Saved entries:
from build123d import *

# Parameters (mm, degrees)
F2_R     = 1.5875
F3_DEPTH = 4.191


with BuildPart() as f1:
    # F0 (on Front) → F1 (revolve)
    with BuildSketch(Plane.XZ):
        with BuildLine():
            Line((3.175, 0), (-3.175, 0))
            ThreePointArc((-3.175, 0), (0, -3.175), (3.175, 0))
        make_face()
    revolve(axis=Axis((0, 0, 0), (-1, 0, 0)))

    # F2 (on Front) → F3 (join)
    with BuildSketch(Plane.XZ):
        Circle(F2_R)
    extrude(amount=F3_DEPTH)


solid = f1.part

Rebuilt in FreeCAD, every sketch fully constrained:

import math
import FreeCAD as App
import Part
import Sketcher
from FreeCAD import Vector
Q = App.Units.Quantity

doc = App.newDocument("Part")
body = doc.addObject("PartDesign::Body", "Body")

# Sketch on XZ plane
sketch1 = doc.addObject("Sketcher::SketchObject", "Sketch")
body.addObject(sketch1)
sketch1.AttachmentSupport = (doc.XZ_Plane, [""])
sketch1.MapMode = "FlatFace"
sketch1.addGeometry([
    Part.LineSegment(Vector(3.2, 0, 0), Vector(-3.2, 0, 0)),
    Part.ArcOfCircle(Part.Circle(Vector(0, 0, 0), Vector(0, 0, 1), 3.2), math.radians(180), math.radians(360)),
], False)
sketch1.addConstraint([
    Sketcher.Constraint("Coincident", 0, 1, 1, 2),
    Sketcher.Constraint("Coincident", 1, 1, 0, 2),
    Sketcher.Constraint("Horizontal", 0),
    Sketcher.Constraint("Coincident", 1, 3, -1, 1),
    Sketcher.Constraint("PointOnObject", 0, 1, -1),
    Sketcher.Constraint("Radius", 1, Q("0.125 in")),
])
revolution = doc.addObject("PartDesign::Revolution", "Revolution")
body.addObject(revolution)
revolution.Profile = sketch1
revolution.ReferenceAxis = (sketch1, ["H_Axis"])
revolution.Angle = 360

# Sketch on XZ plane
sketch2 = doc.addObject("Sketcher::SketchObject", "Sketch001")
body.addObject(sketch2)
sketch2.AttachmentSupport = (doc.XZ_Plane, [""])
sketch2.MapMode = "FlatFace"
sketch2.addGeometry(Part.Circle(Vector(0, 0, 0), Vector(0, 0, 1), 1.6), False)
sketch2.addConstraint([
    Sketcher.Constraint("Coincident", 0, 3, -1, 1),
    Sketcher.Constraint("Diameter", 0, Q("0.125 in")),
])
pad1 = doc.addObject("PartDesign::Pad", "Pad")
body.addObject(pad1)
pad1.Profile = sketch2
pad1.Length = Q("0.165 in")

doc.recompute()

### What the task requires
Please count up the lines above that include the string "Front" and respond with the total alone.

### Output for this exercise
2